これに対し、同氏は「われわれは新技術に関するスキル・ノウハウの不足に対し、それらの技術を目利きする組織としてサービステクノロジー本部を設置した。マーケット視点での多角的なリサーチを行い、アナリストやスタートアップと意見交換することで新技術を発掘・評価し、ノウハウ構築、展開した上でデジタルイノベーターが顧客に提供している。PLYは顧客と共創を実践していく場であり、4月には実証などを行う『Qube』を福岡市にオープンしており、2018年度中には大阪にも開設し、われわれが展開する実践の場を8拠点に拡大する」と、説明した。

PLYは開設から1年間で同社のSEに加え、企業やベンチャーなど約1万8000人が利用しており、約170のプログラムが実践されるなど、オープンイノベーションの創出に向けた活動が行われているという。

○富士通が掲げる「Digital Journey」

現状の環境認識として、富士通 執行役員常務 デジタルビジネスグループ長の宮田一雄氏は「変化が激しく(Volatility)、不確実で(Uncertainty)、複雑性に満ち(Complexity)、曖昧な(Ambiguity)世界、つまりVUCAワールドが到来しており、経営者は従来のPDCAによる経営では難しく局面に立たされている」と述べた。

そのような状況を踏まえ「日本のIT投資は守り8割攻め2割と、守りを主眼としているが、近年ではその状況が変わりつつある。昨年ガートナーが行った165社の日本企業を対象とした調査では、7割の企業がデジタルビジネスに取り組んでいるという結果が出たが、スキルやノウハウの不足などが課題としてある。日本は米国と違い、ITサービス企業のIT従事者がユーザー企業のIT事業者よりも割合が大きいため、ユーザーとベンダーの共創型ビジネスのニーズ拡大が見込まれている」と、同氏は説く。

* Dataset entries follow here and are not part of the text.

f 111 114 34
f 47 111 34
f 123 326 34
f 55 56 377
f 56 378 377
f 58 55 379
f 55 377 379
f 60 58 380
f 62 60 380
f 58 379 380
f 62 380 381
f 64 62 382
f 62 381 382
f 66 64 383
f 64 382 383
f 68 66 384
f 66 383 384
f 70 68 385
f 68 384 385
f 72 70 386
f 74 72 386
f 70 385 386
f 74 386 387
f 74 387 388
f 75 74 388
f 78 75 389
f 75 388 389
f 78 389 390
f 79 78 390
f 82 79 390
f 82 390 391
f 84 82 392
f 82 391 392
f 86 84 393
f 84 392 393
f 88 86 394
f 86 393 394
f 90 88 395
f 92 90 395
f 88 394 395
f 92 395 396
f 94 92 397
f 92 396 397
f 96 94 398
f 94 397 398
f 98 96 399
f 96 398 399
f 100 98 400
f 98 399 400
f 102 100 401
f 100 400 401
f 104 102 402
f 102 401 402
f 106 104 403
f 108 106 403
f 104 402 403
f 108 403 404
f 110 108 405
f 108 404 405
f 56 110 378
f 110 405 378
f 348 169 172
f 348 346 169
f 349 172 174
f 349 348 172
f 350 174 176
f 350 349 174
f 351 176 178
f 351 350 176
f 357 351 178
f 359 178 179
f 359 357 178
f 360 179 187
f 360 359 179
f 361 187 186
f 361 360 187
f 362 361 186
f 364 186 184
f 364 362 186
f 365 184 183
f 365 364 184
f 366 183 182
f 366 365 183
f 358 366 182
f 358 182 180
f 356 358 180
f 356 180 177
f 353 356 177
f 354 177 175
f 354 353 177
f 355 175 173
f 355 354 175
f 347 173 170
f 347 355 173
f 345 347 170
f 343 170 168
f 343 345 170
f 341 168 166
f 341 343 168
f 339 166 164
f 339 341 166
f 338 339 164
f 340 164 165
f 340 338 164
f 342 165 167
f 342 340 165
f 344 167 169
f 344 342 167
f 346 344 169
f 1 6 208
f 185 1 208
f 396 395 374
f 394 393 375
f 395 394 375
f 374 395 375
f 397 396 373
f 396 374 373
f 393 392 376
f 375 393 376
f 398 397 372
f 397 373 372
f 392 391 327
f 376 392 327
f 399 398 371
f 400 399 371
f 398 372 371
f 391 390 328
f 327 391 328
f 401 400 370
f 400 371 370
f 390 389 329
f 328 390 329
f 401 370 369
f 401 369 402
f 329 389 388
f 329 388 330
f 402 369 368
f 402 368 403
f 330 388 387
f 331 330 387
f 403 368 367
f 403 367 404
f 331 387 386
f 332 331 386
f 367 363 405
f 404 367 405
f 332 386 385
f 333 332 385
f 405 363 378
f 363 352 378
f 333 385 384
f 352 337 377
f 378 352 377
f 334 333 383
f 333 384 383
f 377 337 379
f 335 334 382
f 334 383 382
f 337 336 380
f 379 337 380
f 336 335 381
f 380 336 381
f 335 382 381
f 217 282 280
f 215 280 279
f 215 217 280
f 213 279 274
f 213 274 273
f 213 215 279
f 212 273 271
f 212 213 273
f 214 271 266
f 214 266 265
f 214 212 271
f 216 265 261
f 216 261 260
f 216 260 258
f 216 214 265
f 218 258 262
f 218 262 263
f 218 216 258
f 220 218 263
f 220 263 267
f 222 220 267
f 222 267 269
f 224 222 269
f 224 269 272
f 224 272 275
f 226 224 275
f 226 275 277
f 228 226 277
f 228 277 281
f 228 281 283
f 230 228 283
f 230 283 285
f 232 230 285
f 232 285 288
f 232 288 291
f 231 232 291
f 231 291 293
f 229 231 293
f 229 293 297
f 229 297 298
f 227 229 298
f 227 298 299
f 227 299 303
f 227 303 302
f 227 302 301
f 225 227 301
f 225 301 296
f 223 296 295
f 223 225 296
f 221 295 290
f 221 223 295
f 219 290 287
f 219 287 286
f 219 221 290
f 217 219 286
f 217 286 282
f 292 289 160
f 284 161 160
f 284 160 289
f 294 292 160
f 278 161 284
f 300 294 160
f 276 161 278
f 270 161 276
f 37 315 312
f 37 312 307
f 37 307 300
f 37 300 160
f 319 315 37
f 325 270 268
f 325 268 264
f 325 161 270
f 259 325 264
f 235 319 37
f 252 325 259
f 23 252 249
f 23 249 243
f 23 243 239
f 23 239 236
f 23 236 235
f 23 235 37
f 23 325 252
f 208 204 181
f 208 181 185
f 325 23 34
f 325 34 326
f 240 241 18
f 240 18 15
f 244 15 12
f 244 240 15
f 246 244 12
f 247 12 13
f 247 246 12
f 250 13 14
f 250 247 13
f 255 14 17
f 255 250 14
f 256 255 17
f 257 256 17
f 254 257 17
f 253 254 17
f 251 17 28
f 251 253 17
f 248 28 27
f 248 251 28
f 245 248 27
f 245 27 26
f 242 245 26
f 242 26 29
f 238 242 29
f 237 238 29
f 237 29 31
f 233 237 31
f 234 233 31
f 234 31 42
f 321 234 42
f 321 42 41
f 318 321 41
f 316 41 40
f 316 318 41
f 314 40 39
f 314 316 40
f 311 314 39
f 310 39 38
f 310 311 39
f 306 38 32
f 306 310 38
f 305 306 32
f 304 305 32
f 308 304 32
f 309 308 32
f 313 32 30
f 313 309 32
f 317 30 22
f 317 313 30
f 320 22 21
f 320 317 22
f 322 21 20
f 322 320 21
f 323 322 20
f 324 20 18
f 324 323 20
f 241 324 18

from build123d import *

そして、同氏は「新しいコンセプトとして『Digital Journey』を掲げ、顧客とともにゴールを模索しながら歩む。組織・人材・技術の強化と共創の場を拡大し、従来のPDCAからOODA(Observe:監視、Orient:情勢判断、Decide:意思決定、Act:行動)ループを考え方のベースに置く。そのため、1月にデジタルフロントビジネスグループを立ち上げ、デジタルイノベーターを育成していく。今後、デジタルイノベーターを2017年度中に現場のSEなどを中心に200人、3年後には1200人に増員していく」と抱負を述べた。